• THE DATA:
::::
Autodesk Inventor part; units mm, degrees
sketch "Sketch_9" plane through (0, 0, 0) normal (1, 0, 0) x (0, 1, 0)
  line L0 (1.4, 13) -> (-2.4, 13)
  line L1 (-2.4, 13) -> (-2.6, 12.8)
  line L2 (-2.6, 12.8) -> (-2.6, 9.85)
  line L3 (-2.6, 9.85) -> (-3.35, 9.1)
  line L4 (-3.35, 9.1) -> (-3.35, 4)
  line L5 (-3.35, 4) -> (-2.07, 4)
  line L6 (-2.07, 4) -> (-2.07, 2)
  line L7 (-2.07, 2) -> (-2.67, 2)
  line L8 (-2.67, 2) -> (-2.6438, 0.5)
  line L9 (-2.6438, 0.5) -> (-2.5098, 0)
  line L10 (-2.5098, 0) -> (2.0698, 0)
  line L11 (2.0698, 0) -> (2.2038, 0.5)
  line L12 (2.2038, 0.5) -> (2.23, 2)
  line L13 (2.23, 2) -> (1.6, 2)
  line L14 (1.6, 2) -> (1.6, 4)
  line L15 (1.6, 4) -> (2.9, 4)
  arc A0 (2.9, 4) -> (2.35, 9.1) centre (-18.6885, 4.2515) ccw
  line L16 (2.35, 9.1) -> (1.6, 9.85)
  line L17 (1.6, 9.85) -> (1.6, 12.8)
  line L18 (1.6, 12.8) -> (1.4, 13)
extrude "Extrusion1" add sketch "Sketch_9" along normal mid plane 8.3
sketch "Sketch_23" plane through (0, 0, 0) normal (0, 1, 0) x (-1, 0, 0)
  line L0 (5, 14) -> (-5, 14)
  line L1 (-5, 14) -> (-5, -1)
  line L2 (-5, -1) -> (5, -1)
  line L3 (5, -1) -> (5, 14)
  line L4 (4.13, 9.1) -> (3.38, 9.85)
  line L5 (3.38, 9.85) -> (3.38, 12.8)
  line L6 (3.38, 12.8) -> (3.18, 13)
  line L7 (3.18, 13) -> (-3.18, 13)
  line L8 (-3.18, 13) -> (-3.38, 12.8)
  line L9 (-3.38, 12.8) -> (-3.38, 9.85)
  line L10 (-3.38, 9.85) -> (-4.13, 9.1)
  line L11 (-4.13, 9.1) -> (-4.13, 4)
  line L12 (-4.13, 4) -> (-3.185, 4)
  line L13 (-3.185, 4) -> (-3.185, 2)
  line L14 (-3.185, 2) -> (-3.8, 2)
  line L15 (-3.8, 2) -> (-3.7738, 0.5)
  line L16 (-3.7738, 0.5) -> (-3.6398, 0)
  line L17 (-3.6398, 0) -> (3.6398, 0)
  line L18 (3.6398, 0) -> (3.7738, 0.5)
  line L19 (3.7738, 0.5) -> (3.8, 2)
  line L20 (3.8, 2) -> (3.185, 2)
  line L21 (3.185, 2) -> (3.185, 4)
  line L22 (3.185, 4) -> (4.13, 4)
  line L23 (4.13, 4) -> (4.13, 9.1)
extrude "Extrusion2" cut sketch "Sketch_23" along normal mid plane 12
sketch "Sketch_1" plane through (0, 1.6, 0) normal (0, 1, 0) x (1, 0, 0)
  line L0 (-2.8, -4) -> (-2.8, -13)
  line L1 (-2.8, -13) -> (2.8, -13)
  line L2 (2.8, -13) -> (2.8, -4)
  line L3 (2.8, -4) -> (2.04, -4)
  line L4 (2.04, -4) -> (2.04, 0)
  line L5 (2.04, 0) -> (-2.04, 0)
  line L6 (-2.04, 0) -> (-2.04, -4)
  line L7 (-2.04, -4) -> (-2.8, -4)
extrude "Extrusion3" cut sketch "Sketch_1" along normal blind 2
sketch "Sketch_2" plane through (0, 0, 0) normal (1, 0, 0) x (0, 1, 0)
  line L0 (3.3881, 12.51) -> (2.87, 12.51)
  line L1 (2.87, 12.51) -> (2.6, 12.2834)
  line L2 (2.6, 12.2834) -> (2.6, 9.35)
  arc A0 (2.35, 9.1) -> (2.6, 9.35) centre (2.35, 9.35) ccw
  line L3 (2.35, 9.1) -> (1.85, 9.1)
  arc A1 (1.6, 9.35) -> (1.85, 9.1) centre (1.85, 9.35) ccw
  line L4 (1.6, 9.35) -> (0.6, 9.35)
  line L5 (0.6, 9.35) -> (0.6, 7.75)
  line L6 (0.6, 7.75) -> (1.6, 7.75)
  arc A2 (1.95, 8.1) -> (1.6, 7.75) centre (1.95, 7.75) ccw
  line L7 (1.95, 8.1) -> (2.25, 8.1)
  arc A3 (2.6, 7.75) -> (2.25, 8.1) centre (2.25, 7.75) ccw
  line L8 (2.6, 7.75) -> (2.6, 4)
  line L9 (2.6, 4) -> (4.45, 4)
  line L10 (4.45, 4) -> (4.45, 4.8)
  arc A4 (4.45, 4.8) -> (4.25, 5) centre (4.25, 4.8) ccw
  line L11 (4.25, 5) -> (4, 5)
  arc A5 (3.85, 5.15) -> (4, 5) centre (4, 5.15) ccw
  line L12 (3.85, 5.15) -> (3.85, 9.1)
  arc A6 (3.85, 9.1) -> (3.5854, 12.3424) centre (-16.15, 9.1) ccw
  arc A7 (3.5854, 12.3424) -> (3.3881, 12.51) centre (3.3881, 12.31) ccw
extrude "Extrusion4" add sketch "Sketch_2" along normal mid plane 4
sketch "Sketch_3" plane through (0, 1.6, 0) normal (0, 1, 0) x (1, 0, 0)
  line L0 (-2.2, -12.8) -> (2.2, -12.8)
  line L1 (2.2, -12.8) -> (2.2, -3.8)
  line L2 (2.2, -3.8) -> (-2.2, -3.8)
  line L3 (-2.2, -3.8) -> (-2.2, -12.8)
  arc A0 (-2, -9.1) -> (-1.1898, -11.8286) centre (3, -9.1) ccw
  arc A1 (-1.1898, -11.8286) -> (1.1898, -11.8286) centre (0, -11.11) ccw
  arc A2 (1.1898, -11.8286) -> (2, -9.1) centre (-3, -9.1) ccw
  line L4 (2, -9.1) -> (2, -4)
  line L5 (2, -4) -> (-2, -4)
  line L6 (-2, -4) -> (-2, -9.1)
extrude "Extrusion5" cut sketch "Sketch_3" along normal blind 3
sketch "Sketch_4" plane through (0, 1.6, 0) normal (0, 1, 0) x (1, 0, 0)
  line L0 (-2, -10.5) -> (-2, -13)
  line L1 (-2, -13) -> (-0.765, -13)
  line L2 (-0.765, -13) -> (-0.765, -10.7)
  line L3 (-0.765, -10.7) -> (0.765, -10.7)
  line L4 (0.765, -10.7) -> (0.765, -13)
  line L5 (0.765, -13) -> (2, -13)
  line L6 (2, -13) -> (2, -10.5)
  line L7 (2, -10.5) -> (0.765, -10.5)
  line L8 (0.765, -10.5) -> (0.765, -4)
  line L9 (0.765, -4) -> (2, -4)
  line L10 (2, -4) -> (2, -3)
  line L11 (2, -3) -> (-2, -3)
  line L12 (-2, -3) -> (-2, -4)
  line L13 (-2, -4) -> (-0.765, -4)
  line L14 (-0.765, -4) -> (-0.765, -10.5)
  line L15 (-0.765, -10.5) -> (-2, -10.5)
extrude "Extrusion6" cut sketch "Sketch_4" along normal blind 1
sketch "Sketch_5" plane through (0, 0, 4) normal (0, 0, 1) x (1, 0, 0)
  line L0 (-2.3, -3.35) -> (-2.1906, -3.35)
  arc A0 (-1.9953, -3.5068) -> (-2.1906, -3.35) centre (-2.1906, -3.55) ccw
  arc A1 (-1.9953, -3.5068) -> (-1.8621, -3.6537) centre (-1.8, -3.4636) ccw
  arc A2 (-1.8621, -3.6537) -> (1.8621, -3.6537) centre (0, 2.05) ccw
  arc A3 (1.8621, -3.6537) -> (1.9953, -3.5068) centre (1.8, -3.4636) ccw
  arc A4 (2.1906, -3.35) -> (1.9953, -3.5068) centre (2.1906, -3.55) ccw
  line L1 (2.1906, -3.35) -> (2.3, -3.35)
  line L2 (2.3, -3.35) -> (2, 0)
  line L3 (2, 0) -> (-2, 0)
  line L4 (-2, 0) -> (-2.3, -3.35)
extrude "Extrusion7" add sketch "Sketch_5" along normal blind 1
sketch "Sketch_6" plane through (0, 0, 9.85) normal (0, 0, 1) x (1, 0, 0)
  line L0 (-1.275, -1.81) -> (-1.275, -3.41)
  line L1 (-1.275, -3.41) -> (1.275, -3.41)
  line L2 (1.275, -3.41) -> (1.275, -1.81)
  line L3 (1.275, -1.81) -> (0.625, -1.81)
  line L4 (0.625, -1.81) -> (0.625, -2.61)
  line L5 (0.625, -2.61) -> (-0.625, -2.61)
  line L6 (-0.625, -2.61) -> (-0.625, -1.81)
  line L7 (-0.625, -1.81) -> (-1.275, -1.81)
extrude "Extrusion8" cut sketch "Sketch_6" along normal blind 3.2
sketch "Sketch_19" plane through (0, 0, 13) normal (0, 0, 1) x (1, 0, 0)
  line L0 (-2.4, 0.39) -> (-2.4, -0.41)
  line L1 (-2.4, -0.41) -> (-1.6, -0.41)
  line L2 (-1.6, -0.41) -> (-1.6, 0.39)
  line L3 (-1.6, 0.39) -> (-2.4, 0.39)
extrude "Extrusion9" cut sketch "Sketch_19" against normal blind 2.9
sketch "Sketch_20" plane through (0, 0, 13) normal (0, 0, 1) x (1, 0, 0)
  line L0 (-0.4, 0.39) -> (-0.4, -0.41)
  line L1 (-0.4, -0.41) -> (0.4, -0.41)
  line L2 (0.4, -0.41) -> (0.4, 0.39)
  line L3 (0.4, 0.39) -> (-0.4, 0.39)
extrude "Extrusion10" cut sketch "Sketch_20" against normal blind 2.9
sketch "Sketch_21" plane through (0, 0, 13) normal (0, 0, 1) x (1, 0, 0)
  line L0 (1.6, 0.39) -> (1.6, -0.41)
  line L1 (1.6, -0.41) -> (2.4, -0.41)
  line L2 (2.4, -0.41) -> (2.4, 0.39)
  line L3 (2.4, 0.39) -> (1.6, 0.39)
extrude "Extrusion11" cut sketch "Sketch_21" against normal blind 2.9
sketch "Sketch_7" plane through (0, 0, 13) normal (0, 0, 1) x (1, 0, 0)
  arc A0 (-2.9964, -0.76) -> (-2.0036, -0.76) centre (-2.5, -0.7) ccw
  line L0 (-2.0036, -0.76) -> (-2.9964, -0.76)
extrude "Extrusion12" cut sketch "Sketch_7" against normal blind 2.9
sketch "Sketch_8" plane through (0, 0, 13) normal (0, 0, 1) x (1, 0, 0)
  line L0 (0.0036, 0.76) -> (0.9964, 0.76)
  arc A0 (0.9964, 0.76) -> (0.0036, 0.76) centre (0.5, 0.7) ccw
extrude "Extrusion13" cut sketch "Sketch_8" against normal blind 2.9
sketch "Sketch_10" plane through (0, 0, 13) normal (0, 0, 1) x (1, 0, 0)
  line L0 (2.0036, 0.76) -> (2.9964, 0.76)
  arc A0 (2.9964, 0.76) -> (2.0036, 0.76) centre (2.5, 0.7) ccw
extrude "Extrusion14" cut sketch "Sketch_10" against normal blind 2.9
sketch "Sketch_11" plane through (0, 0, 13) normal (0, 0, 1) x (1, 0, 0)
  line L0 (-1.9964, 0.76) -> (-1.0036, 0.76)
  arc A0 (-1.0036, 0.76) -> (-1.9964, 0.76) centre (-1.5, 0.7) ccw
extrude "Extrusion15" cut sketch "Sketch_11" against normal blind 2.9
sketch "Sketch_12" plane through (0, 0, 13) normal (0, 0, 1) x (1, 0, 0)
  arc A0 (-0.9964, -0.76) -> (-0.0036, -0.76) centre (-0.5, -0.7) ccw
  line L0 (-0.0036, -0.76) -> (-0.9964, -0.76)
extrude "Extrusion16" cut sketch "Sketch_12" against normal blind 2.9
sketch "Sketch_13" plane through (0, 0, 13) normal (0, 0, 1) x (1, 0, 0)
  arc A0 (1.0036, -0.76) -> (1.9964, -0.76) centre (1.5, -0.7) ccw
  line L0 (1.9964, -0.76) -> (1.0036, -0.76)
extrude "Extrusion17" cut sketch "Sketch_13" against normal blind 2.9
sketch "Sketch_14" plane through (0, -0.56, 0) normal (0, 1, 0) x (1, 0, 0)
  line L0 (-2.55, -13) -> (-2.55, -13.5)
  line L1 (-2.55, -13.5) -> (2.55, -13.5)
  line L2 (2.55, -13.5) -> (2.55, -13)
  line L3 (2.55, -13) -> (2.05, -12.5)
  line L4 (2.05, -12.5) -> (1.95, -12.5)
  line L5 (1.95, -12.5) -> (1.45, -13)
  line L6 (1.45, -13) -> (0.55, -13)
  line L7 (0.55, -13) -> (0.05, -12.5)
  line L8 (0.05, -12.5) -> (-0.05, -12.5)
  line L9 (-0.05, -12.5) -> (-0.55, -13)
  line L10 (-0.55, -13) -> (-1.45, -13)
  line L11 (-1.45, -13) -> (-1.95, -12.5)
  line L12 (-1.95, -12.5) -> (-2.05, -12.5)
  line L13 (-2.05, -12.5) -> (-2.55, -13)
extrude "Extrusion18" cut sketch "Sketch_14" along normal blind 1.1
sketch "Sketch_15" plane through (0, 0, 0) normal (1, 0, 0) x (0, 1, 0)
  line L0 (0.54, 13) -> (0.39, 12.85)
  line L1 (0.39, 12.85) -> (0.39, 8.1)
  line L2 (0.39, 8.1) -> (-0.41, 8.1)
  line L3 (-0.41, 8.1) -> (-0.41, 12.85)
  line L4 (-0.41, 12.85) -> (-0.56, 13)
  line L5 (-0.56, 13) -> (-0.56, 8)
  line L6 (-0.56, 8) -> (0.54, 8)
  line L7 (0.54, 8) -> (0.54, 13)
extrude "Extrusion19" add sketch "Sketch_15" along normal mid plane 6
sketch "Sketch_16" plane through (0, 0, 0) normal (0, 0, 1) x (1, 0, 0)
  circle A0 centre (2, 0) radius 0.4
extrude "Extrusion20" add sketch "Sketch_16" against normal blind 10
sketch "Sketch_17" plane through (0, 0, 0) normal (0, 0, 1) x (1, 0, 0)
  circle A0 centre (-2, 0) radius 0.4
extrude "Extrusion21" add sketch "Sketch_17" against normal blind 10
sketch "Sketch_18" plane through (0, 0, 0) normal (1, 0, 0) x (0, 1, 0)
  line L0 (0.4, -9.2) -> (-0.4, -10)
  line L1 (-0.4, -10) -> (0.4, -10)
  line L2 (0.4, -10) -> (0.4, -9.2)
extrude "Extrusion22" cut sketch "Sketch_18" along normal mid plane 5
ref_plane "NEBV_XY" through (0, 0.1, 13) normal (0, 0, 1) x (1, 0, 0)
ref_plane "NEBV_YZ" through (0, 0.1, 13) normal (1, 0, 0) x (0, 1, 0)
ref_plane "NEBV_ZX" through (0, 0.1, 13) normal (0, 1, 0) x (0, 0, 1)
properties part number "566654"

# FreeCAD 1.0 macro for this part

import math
import FreeCAD as App
import Part
import Sketcher

V = App.Vector
Q = App.Units.Quantity


def add_polygon(sketch, points):
    """Adds a closed chain of lines whose ends are joined by coincident constraints."""
    first, n = sketch.GeometryCount, len(points)
    for a, b in zip(points, points[1:] + points[:1]):
        sketch.addGeometry(Part.LineSegment(App.Vector(*a, 0), App.Vector(*b, 0)), False)
    for i in range(n):
        sketch.addConstraint(Sketcher.Constraint("Coincident", first + i, 2, first + (i + 1) % n, 1))

doc = App.newDocument("Part")
body = doc.addObject("PartDesign::Body", "Body")

# Sketch on YZ plane
sketch1 = body.newObject("Sketcher::SketchObject", "Sketch")
sketch1.AttachmentSupport = (doc.getObject("YZ_Plane"), [""])
sketch1.MapMode = "FlatFace"
sketch1.addGeometry([
    Part.LineSegment(V(1.6, 12.8, 0), V(1.4, 13, 0)),  # 0
    Part.LineSegment(V(1.4, 13, 0), V(-2.4, 13, 0)),  # 1
    Part.LineSegment(V(-2.4, 13, 0), V(-2.6, 12.8, 0)),  # 2
    Part.LineSegment(V(-2.6, 12.8, 0), V(-2.6, 9.85, 0)),  # 3
    Part.LineSegment(V(-2.6, 9.85, 0), V(-3.35, 9.1, 0)),  # 4
    Part.LineSegment(V(-3.35, 9.1, 0), V(-3.35, 4, 0)),  # 5
    Part.LineSegment(V(-3.35, 4, 0), V(-2.07, 4, 0)),  # 6
    Part.LineSegment(V(-2.07, 4, 0), V(-2.07, 2, 0)),  # 7
    Part.LineSegment(V(-2.07, 2, 0), V(-2.67, 2, 0)),  # 8
    Part.LineSegment(V(-2.67, 2, 0), V(-2.64, 0.5, 0)),  # 9
    Part.LineSegment(V(-2.64, 0.5, 0), V(-2.51, 0, 0)),  # 10
    Part.LineSegment(V(-2.51, 0, 0), V(2.07, 0, 0)),  # 11
    Part.LineSegment(V(2.07, 0, 0), V(2.2, 0.5, 0)),  # 12
    Part.LineSegment(V(2.2, 0.5, 0), V(2.23, 2, 0)),  # 13
    Part.LineSegment(V(2.23, 2, 0), V(1.6, 2, 0)),  # 14
    Part.LineSegment(V(1.6, 2, 0), V(1.6, 4, 0)),  # 15
    Part.LineSegment(V(1.6, 4, 0), V(2.9, 4, 0)),  # 16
::::
• TO DO:
Gather and copy every line of the data in which the string "circle" is found.

• PROBLEM SOLUTION:
  circle A0 centre (2, 0) radius 0.4
  circle A0 centre (-2, 0) radius 0.4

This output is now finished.